Heart disease is a primary cause of mortality in the United States. Historically, risk assessment for heart disease has largely relied on cholesterol levels, a practice established in the 1950s.
Recent evidence suggests that C-reactive protein (CRP), a biomarker indicating low-grade inflammation, may be a more significant predictor of heart disease risk than cholesterol. Consequently, the American College of Cardiology issued new recommendations in September 2025 for universal screening of C-reactive protein levels in all patients, in addition to cholesterol measurements.
Understanding C-Reactive Protein
C-reactive protein is produced by the liver in response to various conditions, including infections, tissue damage, chronic inflammatory states (such as autoimmune diseases), and metabolic disturbances (like obesity and diabetes). It functions as a marker for immune system activation, or inflammation, within the body.
CRP levels can be determined through routine blood work. A level below 1 milligram per deciliter (mg/dL) is associated with minimal inflammation, which is considered protective against heart disease. Conversely, an elevated CRP level exceeding 3 mg/dL indicates increased inflammation and a corresponding elevated risk for heart disease. Approximately 52% of Americans exhibit elevated C-reactive protein levels.
Research indicates that C-reactive protein is a more significant predictive marker for heart attacks and strokes than low-density lipoprotein (LDL) cholesterol, often referred to as 'bad' cholesterol, and lipoprotein(a), a genetically inherited biomarker. One study reported that C-reactive protein's predictive capacity for heart disease is comparable to that of blood pressure.
The Role of Inflammation in Heart Disease
Inflammation contributes to all stages of atherosclerotic plaque development in the arteries, a condition that can lead to heart attacks and strokes. Upon damage to a blood vessel, from factors such as high blood sugar or cigarette smoke, immune cells infiltrate the affected area. These immune cells then engulf cholesterol particles circulating in the bloodstream, leading to the formation of a fatty plaque within the vessel wall.
This process can occur over decades. Eventually, immune mediators may cause the rupture of the plaque's encapsulating cap, initiating a blood clot. This clot obstructs blood flow, leading to oxygen deprivation in surrounding tissues and ultimately causing a heart attack or stroke. This mechanism suggests that the immune system facilitates critical steps in the progression of heart disease, with cholesterol being one component.
Lifestyle Factors and C-Reactive Protein Levels
Lifestyle choices can significantly influence the liver's production of C-reactive protein. Dietary fiber (found in beans, vegetables, nuts, seeds), berries, olive oil, green tea, chia seeds, and flaxseeds have been shown to reduce CRP levels.
Weight loss and consistent physical exercise are also associated with reduced C-reactive protein levels.
Additional Biomarkers for Heart Disease Risk
While C-reactive protein is a significant indicator, cholesterol remains relevant for assessing heart disease risk. However, risk is more accurately determined by the number of 'bad' cholesterol particles rather than their total mass. A higher particle count correlates with increased risk.
Apolipoprotein B, a blood test measuring the number of cholesterol particles, is considered a more accurate predictor of heart disease risk than total LDL cholesterol measurements. Like CRP and cholesterol, apolipoprotein B levels are influenced by lifestyle factors such as exercise, weight loss, and diet. Nutrients including fiber, nuts, and omega-3 fatty acids are associated with a decreased number of cholesterol particles, while increased sugar intake is linked to a higher number.
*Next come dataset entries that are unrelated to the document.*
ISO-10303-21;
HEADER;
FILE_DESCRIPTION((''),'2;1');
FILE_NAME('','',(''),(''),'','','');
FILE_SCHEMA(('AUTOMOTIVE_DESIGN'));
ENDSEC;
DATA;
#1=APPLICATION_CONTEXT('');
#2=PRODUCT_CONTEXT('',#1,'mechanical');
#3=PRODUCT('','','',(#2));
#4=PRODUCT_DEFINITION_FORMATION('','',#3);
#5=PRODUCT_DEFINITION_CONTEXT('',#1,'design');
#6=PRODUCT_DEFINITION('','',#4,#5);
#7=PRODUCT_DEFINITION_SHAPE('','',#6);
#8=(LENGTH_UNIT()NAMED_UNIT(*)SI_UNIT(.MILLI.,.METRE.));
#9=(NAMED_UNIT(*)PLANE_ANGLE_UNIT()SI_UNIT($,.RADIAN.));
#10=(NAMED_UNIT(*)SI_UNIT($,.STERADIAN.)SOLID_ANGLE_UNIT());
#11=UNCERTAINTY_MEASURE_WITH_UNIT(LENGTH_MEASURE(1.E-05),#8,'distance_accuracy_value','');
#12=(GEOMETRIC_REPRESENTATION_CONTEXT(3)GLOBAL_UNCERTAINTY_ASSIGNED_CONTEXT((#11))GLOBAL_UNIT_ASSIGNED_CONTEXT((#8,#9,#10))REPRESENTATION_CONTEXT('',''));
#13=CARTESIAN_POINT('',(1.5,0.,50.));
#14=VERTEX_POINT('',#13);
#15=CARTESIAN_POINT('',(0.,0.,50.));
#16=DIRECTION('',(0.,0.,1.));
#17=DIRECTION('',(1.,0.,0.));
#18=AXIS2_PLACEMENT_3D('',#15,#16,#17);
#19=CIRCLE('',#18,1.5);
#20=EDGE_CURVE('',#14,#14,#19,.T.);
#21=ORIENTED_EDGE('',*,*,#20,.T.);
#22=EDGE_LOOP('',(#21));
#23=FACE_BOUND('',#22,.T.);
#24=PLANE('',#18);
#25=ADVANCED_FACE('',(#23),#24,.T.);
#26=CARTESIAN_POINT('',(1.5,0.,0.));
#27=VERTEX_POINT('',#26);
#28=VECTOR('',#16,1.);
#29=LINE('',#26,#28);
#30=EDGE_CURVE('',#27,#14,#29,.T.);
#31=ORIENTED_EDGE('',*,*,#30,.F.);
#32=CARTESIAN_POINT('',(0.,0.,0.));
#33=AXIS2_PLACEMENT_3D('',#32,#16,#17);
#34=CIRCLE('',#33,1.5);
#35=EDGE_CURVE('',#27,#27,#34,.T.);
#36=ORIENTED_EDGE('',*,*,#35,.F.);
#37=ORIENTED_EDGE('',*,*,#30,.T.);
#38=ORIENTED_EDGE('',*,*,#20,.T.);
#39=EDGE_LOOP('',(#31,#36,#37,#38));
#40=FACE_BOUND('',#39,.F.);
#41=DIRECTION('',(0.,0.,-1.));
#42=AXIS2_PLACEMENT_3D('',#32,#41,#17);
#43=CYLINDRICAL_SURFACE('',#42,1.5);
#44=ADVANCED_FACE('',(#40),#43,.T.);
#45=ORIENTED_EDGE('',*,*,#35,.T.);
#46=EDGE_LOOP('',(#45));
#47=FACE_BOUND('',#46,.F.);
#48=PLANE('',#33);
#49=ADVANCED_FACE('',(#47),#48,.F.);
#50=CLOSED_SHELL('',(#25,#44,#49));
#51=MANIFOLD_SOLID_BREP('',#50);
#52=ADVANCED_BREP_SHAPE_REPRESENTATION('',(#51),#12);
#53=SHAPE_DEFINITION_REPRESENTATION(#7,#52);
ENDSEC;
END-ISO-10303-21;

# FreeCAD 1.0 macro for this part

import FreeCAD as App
import Part
import Sketcher
from FreeCAD import Vector

doc = App.newDocument("Part")
body = doc.addObject("PartDesign::Body", "Body")

# Sketch on XY plane
sketch1 = body.newObject("Sketcher::SketchObject", "Sketch")
sketch1.AttachmentSupport = (doc.getObject("XY_Plane"), [""])
sketch1.MapMode = "FlatFace"
sketch1.addGeometry(Part.Circle(Vector(0, 0, 0), Vector(0, 0, 1), 1.5), False)
sketch1.addConstraint([
    Sketcher.Constraint("Coincident", 0, 3, -1, 1),
    Sketcher.Constraint("Diameter", 0, 3.0),
])
pad1 = body.newObject("PartDesign::Pad", "Pad")
pad1.Profile = sketch1
pad1.Length = 50

doc.recompute()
Lipoprotein(a), a protein associated with cholesterol particles, is another marker that can predict heart disease with greater accuracy than cholesterol levels. Its presence may increase the 'stickiness' of cholesterol particles, making them more prone to entrapment in atherosclerotic plaques. Unlike other risk factors, lipoprotein(a) levels are genetically determined and are not influenced by lifestyle, requiring only a single lifetime measurement.
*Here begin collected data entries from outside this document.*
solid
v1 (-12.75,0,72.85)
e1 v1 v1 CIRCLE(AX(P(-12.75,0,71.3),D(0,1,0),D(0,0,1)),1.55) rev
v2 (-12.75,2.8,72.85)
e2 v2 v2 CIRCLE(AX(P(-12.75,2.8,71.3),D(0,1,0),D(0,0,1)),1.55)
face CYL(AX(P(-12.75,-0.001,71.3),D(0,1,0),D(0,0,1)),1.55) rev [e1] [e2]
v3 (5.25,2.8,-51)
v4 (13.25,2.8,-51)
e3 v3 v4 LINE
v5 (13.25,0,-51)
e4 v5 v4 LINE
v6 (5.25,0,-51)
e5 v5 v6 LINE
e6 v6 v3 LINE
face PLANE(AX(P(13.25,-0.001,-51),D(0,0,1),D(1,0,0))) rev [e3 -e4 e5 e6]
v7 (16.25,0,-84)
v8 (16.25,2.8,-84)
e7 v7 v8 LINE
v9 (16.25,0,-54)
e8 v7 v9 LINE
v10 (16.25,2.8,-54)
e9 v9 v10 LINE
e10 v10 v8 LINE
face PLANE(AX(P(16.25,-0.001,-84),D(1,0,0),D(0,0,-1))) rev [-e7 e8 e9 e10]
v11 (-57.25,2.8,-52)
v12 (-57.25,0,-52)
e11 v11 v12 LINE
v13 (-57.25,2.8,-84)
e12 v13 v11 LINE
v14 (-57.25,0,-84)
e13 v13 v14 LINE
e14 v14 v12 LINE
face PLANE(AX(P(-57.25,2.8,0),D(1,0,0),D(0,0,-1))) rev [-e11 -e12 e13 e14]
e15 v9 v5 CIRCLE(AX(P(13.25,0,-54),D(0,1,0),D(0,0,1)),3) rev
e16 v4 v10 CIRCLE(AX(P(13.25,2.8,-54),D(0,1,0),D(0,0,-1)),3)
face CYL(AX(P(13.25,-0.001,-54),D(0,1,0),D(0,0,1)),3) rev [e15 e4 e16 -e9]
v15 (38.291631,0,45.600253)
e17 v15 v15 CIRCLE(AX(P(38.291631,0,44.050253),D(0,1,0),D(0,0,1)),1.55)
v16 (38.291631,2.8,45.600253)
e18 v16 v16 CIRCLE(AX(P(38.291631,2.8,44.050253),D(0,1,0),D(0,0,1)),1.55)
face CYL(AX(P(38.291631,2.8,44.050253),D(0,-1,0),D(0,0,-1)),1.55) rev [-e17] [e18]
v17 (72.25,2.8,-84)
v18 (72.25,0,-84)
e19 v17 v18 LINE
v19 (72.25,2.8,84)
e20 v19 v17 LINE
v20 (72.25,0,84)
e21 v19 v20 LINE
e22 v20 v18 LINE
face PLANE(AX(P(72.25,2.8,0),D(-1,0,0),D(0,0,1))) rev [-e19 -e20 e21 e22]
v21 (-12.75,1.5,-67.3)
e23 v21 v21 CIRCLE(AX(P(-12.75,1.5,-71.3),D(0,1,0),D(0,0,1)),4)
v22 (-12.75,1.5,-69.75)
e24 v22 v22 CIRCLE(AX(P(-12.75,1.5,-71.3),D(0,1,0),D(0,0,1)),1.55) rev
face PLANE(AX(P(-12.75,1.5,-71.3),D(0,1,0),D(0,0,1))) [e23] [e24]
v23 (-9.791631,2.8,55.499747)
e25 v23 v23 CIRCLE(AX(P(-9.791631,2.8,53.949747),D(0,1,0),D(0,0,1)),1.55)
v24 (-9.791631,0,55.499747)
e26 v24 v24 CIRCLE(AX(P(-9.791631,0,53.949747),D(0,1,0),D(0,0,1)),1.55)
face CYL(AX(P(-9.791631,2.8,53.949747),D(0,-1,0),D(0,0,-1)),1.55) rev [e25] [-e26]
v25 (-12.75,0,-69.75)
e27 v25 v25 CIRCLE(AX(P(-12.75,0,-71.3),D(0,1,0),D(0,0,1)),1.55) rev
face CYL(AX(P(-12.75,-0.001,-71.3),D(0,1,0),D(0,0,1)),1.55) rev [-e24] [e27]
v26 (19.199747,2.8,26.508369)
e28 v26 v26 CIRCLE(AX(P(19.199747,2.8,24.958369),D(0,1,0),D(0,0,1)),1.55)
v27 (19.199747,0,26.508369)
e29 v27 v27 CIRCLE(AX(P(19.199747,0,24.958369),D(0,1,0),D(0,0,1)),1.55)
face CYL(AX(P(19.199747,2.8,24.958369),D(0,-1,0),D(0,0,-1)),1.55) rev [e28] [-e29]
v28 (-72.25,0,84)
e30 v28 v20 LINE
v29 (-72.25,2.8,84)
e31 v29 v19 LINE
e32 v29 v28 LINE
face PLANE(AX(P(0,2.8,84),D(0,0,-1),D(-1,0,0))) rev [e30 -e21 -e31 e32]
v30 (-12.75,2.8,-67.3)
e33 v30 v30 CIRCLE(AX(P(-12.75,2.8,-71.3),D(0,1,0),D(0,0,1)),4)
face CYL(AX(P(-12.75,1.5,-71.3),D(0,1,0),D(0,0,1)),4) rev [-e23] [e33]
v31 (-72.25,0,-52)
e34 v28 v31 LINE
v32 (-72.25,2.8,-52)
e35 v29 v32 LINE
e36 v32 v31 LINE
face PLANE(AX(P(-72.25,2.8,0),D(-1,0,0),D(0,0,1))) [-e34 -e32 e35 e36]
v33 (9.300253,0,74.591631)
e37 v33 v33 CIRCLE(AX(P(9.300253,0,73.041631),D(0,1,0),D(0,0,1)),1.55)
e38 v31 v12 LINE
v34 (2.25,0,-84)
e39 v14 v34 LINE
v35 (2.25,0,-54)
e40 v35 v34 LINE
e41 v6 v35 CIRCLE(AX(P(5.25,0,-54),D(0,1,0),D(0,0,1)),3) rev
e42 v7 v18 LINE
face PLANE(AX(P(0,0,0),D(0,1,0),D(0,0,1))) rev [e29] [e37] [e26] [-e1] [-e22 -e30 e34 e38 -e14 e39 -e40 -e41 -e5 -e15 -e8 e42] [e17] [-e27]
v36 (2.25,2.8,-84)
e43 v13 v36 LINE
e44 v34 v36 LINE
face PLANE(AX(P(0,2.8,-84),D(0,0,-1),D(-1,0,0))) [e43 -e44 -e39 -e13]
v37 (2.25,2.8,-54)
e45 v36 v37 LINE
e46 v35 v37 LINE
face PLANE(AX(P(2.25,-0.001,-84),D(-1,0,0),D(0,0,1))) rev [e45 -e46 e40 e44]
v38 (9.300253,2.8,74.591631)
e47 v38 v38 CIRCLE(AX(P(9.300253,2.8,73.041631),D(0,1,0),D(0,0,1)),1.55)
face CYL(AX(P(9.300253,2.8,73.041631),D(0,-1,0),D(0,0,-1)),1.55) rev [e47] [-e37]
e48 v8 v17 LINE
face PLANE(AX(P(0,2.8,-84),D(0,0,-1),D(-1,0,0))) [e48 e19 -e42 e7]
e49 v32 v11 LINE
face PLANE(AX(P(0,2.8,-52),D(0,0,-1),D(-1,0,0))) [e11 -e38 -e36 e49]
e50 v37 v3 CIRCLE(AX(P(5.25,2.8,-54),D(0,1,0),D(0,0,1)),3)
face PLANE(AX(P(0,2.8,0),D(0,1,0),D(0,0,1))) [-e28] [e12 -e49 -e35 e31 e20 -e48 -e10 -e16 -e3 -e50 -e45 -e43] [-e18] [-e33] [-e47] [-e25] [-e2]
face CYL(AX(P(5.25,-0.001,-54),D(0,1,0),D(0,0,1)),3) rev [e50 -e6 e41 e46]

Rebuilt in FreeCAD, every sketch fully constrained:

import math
import FreeCAD as App
import Part
import Sketcher

doc = App.newDocument("Part")
body = doc.addObject("PartDesign::Body", "Body")

sketch1 = doc.addObject("Sketcher::SketchObject", "Sketch")
body.addObject(sketch1)
sketch1.AttachmentSupport = (doc.XZ_Plane, [""])
sketch1.MapMode = "FlatFace"
sketch1.addGeometry(Part.LineSegment(App.Vector(-72.2, -52, 0), App.Vector(-72.2, 84, 0)), False)
sketch1.addGeometry(Part.LineSegment(App.Vector(-72.2, 84, 0), App.Vector(72.2, 84, 0)), False)
sketch1.addGeometry(Part.LineSegment(App.Vector(72.2, 84, 0), App.Vector(72.2, -84, 0)), False)
sketch1.addGeometry(Part.LineSegment(App.Vector(72.2, -84, 0), App.Vector(-57.2, -84, 0)), False)
sketch1.addGeometry(Part.LineSegment(App.Vector(-57.2, -84, 0), App.Vector(-57.2, -52, 0)), False)
sketch1.addGeometry(Part.LineSegment(App.Vector(-57.2, -52, 0), App.Vector(-72.2, -52, 0)), False)
sketch1.addGeometry(Part.Circle(App.Vector(9.3, 73, 0), App.Vector(0, 0, 1), 1.6), False)
sketch1.addGeometry(Part.Circle(App.Vector(-9.8, 53.9, 0), App.Vector(0, 0, 1), 1.6), False)
sketch1.addGeometry(Part.Circle(App.Vector(38.3, 44.1, 0), App.Vector(0, 0, 1), 1.6), False)
sketch1.addGeometry(Part.Circle(App.Vector(19.2, 25, 0), App.Vector(0, 0, 1), 1.6), False)
sketch1.addConstraint(Sketcher.Constraint("Coincident", 0, 2, 1, 1))
sketch1.addConstraint(Sketcher.Constraint("Coincident", 1, 2, 2, 1))
sketch1.addConstraint(Sketcher.Constraint("Coincident", 2, 2, 3, 1))
sketch1.addConstraint(Sketcher.Constraint("Coincident", 3, 2, 4, 1))
sketch1.addConstraint(Sketcher.Constraint("Coincident", 4, 2, 5, 1))
sketch1.addConstraint(Sketcher.Constraint("Coincident", 5, 2, 0, 1))
sketch1.addConstraint(Sketcher.Constraint("Vertical", 0))
sketch1.addConstraint(Sketcher.Constraint("Horizontal", 1))
sketch1.addConstraint(Sketcher.Constraint("Vertical", 2))
sketch1.addConstraint(Sketcher.Constraint("Horizontal", 3))
sketch1.addConstraint(Sketcher.Constraint("Vertical", 4))
sketch1.addConstraint(Sketcher.Constraint("Horizontal", 5))
sketch1.addConstraint(Sketcher.Constraint("Equal", 6, 7))
sketch1.addConstraint(Sketcher.Constraint("Equal", 7, 8))
sketch1.addConstraint(Sketcher.Constraint("Equal", 8, 9))
sketch1.addConstraint(Sketcher.Constraint("Symmetric", 0, 2, 2, 2, -1, 1))
sketch1.addConstraint(Sketcher.Constraint("Diameter", 6, 3.1))
sketch1.addConstraint(Sketcher.Constraint("DistanceX", 5, 2, 5, 1, 15.0))
sketch1.addConstraint(Sketcher.Constraint("DistanceY", 0, 1, 0, 2, 136.0))
sketch1.addConstraint(Sketcher.Constraint("DistanceY", 2, 2, 2, 1, 168.0))
sketch1.addConstraint(Sketcher.Constraint("DistanceX", 1, 1, 1, 2, 144.5))
sketch1.addConstraint(Sketcher.Constraint("DistanceY", -1, 1, 6, 3, 73.041631))
sketch1.addConstraint(Sketcher.Constraint("DistanceX", 7, 3, -1, 1, 9.791631))
sketch1.addConstraint(Sketcher.Constraint("DistanceX", -1, 1, 8, 3, 38.291631))
sketch1.addConstraint(Sketcher.Constraint("DistanceY", -1, 1, 9, 3, 24.958369))
sketch1.addConstraint(Sketcher.Constraint("DistanceX", 6, 3, 8, 3, 28.991378))
sketch1.addConstraint(Sketcher.Constraint("DistanceY", 8, 3, 6, 3, 28.991378))
sketch1.addConstraint(Sketcher.Constraint("DistanceX", 7, 3, 9, 3, 28.991378))
sketch1.addConstraint(Sketcher.Constraint("DistanceY", 9, 3, 7, 3, 28.991378))
pad1 = doc.addObject("PartDesign::Pad", "Pad")
body.addObject(pad1)
pad1.Profile = sketch1
pad1.Length = 2.8
pad1.Reversed = True

sketch2 = doc.addObject("Sketcher::SketchObject", "Sketch001")
body.addObject(sketch2)
sketch2.AttachmentSupport = (doc.XZ_Plane, [""])
sketch2.MapMode = "FlatFace"
sketch2.AttachmentOffset = App.Placement(App.Vector(0, 0, -2.8), App.Rotation())
sketch2.addGeometry(Part.Circle(App.Vector(-12.8, -71.3, 0), App.Vector(0, 0, 1), 1.6), False)
sketch2.addConstraint(Sketcher.Constraint("Diameter", 0, 3.1))
sketch2.addConstraint(Sketcher.Constraint("DistanceY", 0, 3, -1, 1, 71.3))
sketch2.addConstraint(Sketcher.Constraint("DistanceX", 0, 3, -1, 1, 12.75))
pocket1 = doc.addObject("PartDesign::Pocket", "Pocket")
body.addObject(pocket1)
pocket1.Profile = sketch2
pocket1.Type = "UpToFirst"
pocket1.Reversed = True

sketch3 = doc.addObject("Sketcher::SketchObject", "Sketch002")
body.addObject(sketch3)
sketch3.AttachmentSupport = (doc.XZ_Plane, [""])
sketch3.MapMode = "FlatFace"
sketch3.AttachmentOffset = App.Placement(App.Vector(0, 0, -2.8), App.Rotation())
sketch3.addGeometry(Part.Circle(App.Vector(-12.8, 71.3, 0), App.Vector(0, 0, 1), 1.6), False)
sketch3.addConstraint(Sketcher.Constraint("Diameter", 0, 3.1))
sketch3.addConstraint(Sketcher.Constraint("DistanceY", -1, 1, 0, 3, 71.3))
sketch3.addConstraint(Sketcher.Constraint("DistanceX", 0, 3, -1, 1, 12.75))
pocket2 = doc.addObject("PartDesign::Pocket", "Pocket001")
body.addObject(pocket2)
pocket2.Profile = sketch3
pocket2.Type = "UpToFirst"
pocket2.Reversed = True

sketch4 = doc.addObject("Sketcher::SketchObject", "Sketch003")
body.addObject(sketch4)
sketch4.AttachmentSupport = (doc.XZ_Plane, [""])
sketch4.MapMode = "FlatFace"
sketch4.AttachmentOffset = App.Placement(App.Vector(0, 0, -2.8), App.Rotation())
sketch4.addGeometry(Part.Circle(App.Vector(-12.8, -71.3, 0), App.Vector(0, 0, 1), 4), False)
sketch4.addConstraint(Sketcher.Constraint("Diameter", 0, 8.0))
sketch4.addConstraint(Sketcher.Constraint("DistanceY", 0, 3, -1, 1, 71.3))
sketch4.addConstraint(Sketcher.Constraint("DistanceX", 0, 3, -1, 1, 12.75))
pocket3 = doc.addObject("PartDesign::Pocket", "Pocket002")
body.addObject(pocket3)
pocket3.Profile = sketch4
pocket3.Length = 1.3
pocket3.Reversed = True

sketch5 = doc.addObject("Sketcher::SketchObject", "Sketch004")
body.addObject(sketch5)
sketch5.AttachmentSupport = (doc.XZ_Plane, [""])
sketch5.MapMode = "FlatFace"
sketch5.AttachmentOffset = App.Placement(App.Vector(0, 0, -2.8), App.Rotation())
sketch5.addGeometry(Part.LineSegment(App.Vector(16.2, -84, 0), App.Vector(2.2, -84, 0)), False)
sketch5.addGeometry(Part.LineSegment(App.Vector(2.2, -84, 0), App.Vector(2.2, -54, 0)), False)
sketch5.addGeometry(Part.ArcOfCircle(Part.Circle(App.Vector(5.2, -54, 0), App.Vector(0, 0, 1), 3), math.radians(90), math.radians(180)), False)
sketch5.addGeometry(Part.LineSegment(App.Vector(5.2, -51, 0), App.Vector(13.2, -51, 0)), False)
sketch5.addGeometry(Part.ArcOfCircle(Part.Circle(App.Vector(13.3, -54, 0), App.Vector(0, 0, 1), 3), math.radians(0), math.radians(90)), False)
sketch5.addGeometry(Part.LineSegment(App.Vector(16.2, -54, 0), App.Vector(16.2, -84, 0)), False)
sketch5.addConstraint(Sketcher.Constraint("Coincident", 0, 2, 1, 1))
sketch5.addConstraint(Sketcher.Constraint("Tangent", 1, 2, 2, 2))
sketch5.addConstraint(Sketcher.Constraint("Tangent", 2, 1, 3, 1))
sketch5.addConstraint(Sketcher.Constraint("Tangent", 3, 2, 4, 2))
sketch5.addConstraint(Sketcher.Constraint("Tangent", 4, 1, 5, 1))
sketch5.addConstraint(Sketcher.Constraint("Coincident", 5, 2, 0, 1))
sketch5.addConstraint(Sketcher.Constraint("Horizontal", 0))
sketch5.addConstraint(Sketcher.Constraint("Vertical", 1))
sketch5.addConstraint(Sketcher.Constraint("Horizontal", 3))
sketch5.addConstraint(Sketcher.Constraint("Vertical", 5))
sketch5.addConstraint(Sketcher.Constraint("Equal", 2, 4))
sketch5.addConstraint(Sketcher.Constraint("Radius", 2, 3.0))
sketch5.addConstraint(Sketcher.Constraint("DistanceX", 0, 2, 0, 1, 14.0))
sketch5.addConstraint(Sketcher.Constraint("DistanceY", 1, 1, 1, 2, 30.0))
sketch5.addConstraint(Sketcher.Constraint("DistanceY", 2, 3, -1, 1, 54.0))
sketch5.addConstraint(Sketcher.Constraint("DistanceX", -1, 1, 2, 3, 5.25))
pocket4 = doc.addObject("PartDesign::Pocket", "Pocket003")
body.addObject(pocket4)
pocket4.Profile = sketch5
pocket4.Type = "UpToFirst"
pocket4.Reversed = True

doc.recompute()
Comprehensive Heart Disease Prevention
Heart disease development results from the interaction of multiple risk factors over time. Effective prevention involves a holistic approach beyond solely dietary cholesterol restriction. A comprehensive risk assessment, including LDL cholesterol, C-reactive protein, apolipoprotein B, and lipoprotein(a) levels, can inform and reinforce a long-term commitment to preventive measures. These include maintaining a balanced diet, engaging in regular physical activity, ensuring adequate sleep, managing stress effectively, achieving a healthy weight, and abstaining from smoking.